**Material to process**
====

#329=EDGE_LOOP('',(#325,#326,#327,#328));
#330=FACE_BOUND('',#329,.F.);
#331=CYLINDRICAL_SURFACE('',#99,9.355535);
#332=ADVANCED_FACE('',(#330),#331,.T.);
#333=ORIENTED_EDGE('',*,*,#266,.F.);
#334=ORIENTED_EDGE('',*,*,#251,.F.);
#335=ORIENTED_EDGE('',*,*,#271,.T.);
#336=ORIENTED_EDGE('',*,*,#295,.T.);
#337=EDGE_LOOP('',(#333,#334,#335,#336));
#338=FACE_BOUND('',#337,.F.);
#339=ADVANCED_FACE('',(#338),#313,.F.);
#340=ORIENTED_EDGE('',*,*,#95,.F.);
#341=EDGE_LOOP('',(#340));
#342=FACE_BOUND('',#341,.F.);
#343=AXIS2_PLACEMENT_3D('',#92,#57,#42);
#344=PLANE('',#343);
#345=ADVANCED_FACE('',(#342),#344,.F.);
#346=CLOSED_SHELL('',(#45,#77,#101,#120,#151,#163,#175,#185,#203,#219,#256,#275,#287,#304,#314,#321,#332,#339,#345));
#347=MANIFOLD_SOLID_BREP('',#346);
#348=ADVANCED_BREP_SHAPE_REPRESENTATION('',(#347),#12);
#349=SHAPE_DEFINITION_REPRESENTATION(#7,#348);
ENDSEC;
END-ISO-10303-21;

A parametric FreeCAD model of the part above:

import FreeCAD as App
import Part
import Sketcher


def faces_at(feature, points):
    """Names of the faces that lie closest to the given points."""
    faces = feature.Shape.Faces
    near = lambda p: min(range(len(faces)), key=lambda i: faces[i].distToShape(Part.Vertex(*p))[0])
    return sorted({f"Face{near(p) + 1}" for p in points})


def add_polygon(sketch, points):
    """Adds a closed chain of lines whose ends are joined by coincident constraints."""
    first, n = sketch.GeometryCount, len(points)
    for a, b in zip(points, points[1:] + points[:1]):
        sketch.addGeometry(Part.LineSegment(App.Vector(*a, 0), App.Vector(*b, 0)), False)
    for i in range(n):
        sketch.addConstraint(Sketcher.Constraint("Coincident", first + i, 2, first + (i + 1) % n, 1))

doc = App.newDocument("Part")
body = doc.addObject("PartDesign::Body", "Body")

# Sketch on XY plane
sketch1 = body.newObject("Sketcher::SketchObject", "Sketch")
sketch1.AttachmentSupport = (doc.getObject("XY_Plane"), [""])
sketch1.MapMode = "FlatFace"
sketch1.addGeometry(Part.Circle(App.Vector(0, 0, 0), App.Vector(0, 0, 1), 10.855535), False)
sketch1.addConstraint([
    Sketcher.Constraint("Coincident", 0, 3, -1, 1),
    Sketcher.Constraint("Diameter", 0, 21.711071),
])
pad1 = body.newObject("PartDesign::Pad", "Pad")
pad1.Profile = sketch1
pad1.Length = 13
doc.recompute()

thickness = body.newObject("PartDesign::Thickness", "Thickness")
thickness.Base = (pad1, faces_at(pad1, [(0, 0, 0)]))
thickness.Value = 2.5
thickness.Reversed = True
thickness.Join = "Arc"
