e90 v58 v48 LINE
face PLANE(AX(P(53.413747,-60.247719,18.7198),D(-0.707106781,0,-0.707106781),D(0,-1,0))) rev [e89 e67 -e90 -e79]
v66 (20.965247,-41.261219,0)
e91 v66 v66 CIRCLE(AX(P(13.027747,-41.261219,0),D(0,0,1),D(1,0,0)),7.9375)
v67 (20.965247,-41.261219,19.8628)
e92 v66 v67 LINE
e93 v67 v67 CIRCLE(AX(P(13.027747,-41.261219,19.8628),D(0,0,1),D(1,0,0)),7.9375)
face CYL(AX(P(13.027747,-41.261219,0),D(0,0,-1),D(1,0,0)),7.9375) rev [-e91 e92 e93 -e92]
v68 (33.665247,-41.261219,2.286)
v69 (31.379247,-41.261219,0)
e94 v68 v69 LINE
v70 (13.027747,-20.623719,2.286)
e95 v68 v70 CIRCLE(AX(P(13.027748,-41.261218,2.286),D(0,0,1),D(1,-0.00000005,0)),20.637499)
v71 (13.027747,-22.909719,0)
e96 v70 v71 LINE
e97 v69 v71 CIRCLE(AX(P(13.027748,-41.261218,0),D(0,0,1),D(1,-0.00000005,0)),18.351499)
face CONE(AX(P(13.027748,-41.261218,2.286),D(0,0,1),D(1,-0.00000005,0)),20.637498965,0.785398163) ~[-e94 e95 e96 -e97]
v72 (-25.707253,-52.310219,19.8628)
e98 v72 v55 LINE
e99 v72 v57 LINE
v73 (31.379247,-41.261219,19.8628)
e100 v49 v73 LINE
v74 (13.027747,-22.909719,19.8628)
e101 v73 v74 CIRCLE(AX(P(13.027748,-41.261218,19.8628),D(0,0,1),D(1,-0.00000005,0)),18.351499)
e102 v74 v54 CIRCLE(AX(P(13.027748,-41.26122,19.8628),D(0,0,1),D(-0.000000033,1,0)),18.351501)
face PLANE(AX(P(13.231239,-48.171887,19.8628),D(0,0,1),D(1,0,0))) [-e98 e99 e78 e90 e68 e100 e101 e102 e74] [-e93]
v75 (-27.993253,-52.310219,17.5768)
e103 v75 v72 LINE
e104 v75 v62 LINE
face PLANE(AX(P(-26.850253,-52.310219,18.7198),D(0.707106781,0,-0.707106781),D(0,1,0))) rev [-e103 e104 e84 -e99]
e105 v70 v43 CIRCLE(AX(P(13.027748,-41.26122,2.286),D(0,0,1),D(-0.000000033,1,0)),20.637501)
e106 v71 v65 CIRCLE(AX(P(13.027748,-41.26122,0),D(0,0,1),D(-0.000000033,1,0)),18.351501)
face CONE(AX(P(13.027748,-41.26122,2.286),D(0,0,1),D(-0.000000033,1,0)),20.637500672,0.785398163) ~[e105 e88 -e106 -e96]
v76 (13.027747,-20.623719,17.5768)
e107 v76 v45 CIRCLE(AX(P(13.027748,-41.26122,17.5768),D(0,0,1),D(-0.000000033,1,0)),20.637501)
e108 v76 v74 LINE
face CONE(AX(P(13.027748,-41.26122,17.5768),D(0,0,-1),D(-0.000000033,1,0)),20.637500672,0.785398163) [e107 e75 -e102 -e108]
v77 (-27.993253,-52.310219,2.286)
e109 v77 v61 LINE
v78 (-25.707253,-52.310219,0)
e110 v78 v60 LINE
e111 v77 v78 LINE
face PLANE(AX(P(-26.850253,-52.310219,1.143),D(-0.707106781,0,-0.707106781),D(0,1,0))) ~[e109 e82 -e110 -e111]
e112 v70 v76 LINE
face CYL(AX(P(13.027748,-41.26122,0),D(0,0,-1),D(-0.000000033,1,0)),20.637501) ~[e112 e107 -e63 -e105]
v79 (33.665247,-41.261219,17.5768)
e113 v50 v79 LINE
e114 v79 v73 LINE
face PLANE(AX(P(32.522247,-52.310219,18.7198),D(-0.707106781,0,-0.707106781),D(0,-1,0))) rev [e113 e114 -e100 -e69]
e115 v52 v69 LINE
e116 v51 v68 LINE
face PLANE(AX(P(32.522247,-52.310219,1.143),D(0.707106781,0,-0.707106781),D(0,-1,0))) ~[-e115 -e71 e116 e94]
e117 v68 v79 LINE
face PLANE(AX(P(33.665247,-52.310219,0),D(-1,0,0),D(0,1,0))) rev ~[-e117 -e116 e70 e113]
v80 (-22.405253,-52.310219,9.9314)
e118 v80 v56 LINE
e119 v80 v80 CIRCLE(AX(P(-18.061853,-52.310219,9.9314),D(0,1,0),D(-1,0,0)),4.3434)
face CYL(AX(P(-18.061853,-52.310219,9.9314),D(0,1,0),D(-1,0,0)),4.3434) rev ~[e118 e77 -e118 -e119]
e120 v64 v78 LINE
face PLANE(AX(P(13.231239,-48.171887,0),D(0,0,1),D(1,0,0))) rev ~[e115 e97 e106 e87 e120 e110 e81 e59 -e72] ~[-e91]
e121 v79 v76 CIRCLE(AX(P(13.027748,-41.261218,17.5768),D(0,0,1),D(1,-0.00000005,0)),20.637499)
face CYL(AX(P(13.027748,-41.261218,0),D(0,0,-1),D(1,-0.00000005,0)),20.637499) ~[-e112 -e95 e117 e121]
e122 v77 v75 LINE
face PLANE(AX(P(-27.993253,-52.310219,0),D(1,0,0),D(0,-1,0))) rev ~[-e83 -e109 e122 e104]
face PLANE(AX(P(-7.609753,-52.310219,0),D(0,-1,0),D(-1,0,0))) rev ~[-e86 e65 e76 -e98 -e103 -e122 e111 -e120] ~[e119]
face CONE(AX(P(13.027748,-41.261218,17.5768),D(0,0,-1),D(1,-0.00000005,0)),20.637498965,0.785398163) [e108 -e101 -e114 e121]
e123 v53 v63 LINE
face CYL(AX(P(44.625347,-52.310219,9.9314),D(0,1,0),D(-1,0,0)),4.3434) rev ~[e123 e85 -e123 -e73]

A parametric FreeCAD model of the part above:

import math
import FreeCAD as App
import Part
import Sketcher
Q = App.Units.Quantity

====

**Exercise**
The line containing "v80 (-22.405253,-52.310219,9.9314)" and all lines after it, through the end of the entries above, are to be returned exactly and alone.

**Answer to the exercise**
v80 (-22.405253,-52.310219,9.9314)
e118 v80 v56 LINE
e119 v80 v80 CIRCLE(AX(P(-18.061853,-52.310219,9.9314),D(0,1,0),D(-1,0,0)),4.3434)
face CYL(AX(P(-18.061853,-52.310219,9.9314),D(0,1,0),D(-1,0,0)),4.3434) rev ~[e118 e77 -e118 -e119]
e120 v64 v78 LINE
face PLANE(AX(P(13.231239,-48.171887,0),D(0,0,1),D(1,0,0))) rev ~[e115 e97 e106 e87 e120 e110 e81 e59 -e72] ~[-e91]
e121 v79 v76 CIRCLE(AX(P(13.027748,-41.261218,17.5768),D(0,0,1),D(1,-0.00000005,0)),20.637499)
face CYL(AX(P(13.027748,-41.261218,0),D(0,0,-1),D(1,-0.00000005,0)),20.637499) ~[-e112 -e95 e117 e121]
e122 v77 v75 LINE
face PLANE(AX(P(-27.993253,-52.310219,0),D(1,0,0),D(0,-1,0))) rev ~[-e83 -e109 e122 e104]
face PLANE(AX(P(-7.609753,-52.310219,0),D(0,-1,0),D(-1,0,0))) rev ~[-e86 e65 e76 -e98 -e103 -e122 e111 -e120] ~[e119]
face CONE(AX(P(13.027748,-41.261218,17.5768),D(0,0,-1),D(1,-0.00000005,0)),20.637498965,0.785398163) [e108 -e101 -e114 e121]
e123 v53 v63 LINE
face CYL(AX(P(44.625347,-52.310219,9.9314),D(0,1,0),D(-1,0,0)),4.3434) rev ~[e123 e85 -e123 -e73]

A parametric FreeCAD model of the part above:

import math
import FreeCAD as App
import Part
import Sketcher
Q = App.Units.Quantity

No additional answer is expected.